ABOUT THIS TASK: Would you count how many lines of the material below hold the string "Front"? Give only the number.

——————————

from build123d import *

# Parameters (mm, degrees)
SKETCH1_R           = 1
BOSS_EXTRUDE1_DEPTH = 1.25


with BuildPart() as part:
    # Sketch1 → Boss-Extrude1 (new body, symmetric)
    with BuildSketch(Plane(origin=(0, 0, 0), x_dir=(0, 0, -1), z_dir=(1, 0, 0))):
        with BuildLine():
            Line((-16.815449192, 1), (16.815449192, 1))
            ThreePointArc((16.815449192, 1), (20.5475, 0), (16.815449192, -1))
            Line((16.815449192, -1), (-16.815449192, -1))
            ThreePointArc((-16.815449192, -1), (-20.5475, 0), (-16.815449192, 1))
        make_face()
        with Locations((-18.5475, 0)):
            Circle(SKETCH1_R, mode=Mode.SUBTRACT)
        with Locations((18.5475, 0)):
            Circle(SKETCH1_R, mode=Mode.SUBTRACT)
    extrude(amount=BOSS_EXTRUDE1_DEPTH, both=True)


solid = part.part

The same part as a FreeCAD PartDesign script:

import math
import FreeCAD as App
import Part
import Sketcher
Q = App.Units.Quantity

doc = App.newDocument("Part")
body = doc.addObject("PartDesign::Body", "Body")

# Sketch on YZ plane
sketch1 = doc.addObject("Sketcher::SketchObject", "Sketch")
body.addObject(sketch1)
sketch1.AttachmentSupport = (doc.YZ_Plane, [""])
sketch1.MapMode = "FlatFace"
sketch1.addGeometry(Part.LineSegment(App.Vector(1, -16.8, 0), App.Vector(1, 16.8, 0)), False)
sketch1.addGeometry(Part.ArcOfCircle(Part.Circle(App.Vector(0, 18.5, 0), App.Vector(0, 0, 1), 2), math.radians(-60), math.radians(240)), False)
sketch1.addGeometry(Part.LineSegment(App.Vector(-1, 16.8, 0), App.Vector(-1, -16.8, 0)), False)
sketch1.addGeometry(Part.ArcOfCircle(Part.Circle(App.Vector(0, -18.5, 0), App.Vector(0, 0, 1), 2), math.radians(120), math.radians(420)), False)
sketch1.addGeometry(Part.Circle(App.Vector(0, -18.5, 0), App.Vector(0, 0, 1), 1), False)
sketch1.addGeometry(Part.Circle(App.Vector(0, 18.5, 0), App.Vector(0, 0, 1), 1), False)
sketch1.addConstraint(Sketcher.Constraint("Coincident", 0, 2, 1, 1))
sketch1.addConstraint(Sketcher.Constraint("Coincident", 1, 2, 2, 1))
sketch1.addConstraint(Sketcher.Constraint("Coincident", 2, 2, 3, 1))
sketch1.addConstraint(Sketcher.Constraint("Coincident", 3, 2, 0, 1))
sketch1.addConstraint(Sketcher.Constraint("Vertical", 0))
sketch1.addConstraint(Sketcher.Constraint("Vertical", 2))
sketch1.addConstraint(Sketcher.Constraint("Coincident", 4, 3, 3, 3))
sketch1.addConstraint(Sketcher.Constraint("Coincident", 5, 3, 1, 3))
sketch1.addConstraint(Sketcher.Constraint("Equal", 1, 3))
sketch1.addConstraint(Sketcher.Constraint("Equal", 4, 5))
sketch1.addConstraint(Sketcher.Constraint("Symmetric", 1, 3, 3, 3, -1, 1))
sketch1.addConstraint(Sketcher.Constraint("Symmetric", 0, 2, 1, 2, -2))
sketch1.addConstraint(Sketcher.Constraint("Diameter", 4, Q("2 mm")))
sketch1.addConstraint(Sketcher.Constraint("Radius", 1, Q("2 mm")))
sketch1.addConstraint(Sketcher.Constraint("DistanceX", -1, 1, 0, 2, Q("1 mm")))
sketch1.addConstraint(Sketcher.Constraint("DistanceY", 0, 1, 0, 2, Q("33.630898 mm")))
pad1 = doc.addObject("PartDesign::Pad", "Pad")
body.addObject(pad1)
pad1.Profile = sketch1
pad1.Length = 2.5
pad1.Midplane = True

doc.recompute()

——————————

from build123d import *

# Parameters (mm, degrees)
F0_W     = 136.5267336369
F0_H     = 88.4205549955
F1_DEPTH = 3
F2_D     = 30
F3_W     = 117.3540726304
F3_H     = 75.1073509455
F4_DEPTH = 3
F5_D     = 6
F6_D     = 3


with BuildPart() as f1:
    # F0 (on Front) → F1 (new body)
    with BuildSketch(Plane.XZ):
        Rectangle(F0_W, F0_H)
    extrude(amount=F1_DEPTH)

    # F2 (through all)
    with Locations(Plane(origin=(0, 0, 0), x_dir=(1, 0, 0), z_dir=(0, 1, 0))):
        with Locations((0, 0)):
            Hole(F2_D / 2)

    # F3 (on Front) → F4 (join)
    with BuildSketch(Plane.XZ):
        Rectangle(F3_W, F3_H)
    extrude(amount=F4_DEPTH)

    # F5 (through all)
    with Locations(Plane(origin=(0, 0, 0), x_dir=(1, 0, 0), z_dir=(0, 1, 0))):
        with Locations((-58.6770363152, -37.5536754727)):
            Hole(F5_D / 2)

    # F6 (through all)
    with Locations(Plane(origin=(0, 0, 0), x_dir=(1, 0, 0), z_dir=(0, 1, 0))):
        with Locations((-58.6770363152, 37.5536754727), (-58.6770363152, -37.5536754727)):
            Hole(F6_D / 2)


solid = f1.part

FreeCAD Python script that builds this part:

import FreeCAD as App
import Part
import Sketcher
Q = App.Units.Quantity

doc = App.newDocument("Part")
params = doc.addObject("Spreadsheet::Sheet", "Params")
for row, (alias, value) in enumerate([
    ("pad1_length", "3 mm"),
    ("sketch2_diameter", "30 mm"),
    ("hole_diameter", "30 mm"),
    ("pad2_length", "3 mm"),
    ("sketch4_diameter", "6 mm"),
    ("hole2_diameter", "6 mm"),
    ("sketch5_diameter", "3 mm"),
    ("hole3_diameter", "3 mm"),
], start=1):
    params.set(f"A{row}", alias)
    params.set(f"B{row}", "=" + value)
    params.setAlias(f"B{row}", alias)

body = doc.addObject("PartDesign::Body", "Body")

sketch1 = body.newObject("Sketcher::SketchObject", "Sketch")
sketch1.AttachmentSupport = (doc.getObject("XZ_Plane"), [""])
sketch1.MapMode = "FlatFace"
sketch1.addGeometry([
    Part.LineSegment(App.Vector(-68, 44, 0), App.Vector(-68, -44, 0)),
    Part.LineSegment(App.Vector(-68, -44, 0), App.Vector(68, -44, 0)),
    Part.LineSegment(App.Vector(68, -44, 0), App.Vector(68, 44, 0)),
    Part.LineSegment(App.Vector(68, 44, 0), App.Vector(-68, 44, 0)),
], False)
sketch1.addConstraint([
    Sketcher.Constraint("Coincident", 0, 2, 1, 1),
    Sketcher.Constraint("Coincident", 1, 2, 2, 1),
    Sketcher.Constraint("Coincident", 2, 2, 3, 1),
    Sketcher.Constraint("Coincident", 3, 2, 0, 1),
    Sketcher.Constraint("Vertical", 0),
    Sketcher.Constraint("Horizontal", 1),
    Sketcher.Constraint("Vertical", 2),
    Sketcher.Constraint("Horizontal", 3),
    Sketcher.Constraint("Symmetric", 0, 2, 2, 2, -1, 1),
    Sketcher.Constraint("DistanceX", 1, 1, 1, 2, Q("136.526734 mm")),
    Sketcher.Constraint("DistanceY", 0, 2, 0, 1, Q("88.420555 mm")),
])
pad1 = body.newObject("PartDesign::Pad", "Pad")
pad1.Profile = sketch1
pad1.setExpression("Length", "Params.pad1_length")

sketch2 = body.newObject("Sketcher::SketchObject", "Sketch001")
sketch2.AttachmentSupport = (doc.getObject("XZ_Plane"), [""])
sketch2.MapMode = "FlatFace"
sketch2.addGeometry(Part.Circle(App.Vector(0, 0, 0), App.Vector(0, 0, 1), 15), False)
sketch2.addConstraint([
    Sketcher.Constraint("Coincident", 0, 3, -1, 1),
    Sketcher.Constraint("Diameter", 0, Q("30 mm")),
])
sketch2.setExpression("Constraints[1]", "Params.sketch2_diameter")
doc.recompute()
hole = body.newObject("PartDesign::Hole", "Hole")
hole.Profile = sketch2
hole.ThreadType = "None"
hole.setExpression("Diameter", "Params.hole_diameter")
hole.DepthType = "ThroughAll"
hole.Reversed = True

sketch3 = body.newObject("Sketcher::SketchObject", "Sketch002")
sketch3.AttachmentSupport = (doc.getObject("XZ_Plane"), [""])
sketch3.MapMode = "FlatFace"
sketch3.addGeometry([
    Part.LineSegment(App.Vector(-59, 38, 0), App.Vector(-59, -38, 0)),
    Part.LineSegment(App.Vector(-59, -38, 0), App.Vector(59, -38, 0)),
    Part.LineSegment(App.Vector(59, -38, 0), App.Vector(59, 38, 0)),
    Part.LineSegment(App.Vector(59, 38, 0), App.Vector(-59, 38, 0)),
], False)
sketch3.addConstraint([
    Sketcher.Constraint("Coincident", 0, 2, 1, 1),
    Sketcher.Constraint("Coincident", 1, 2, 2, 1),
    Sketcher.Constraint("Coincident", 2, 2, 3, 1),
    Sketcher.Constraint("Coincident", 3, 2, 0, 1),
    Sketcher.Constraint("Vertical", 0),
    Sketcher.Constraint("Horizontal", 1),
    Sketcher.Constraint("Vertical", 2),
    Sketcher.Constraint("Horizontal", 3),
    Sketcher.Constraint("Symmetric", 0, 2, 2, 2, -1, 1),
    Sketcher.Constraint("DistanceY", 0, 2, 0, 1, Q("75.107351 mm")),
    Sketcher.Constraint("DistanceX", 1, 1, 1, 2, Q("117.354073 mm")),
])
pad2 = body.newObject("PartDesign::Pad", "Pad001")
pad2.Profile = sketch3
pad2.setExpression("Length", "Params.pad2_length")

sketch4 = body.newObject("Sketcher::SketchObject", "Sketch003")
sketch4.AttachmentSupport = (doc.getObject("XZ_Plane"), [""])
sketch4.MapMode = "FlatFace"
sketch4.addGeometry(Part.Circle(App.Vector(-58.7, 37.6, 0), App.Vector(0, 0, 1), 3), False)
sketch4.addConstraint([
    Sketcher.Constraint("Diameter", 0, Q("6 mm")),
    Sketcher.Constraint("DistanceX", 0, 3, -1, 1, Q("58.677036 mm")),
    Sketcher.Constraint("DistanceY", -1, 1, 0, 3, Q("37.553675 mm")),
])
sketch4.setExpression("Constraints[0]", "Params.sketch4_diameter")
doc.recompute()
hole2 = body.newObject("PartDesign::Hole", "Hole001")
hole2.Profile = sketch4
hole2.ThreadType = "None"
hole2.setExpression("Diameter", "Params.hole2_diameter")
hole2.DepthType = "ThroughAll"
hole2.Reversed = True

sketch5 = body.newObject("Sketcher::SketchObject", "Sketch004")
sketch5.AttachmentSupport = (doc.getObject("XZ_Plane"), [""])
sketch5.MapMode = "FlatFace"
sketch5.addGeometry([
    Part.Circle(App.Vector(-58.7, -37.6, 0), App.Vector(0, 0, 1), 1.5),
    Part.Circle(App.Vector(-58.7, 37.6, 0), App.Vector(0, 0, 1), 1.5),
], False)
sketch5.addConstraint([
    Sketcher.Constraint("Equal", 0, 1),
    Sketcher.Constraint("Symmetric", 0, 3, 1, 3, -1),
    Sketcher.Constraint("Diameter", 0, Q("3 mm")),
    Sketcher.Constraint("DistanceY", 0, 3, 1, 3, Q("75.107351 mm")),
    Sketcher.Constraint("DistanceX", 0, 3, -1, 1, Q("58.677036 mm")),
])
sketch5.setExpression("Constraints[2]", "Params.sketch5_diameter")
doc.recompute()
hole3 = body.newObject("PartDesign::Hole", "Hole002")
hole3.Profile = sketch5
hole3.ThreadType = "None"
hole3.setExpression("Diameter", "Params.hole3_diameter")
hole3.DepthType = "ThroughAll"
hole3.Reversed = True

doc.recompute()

——————————

FINISHED TASK: 2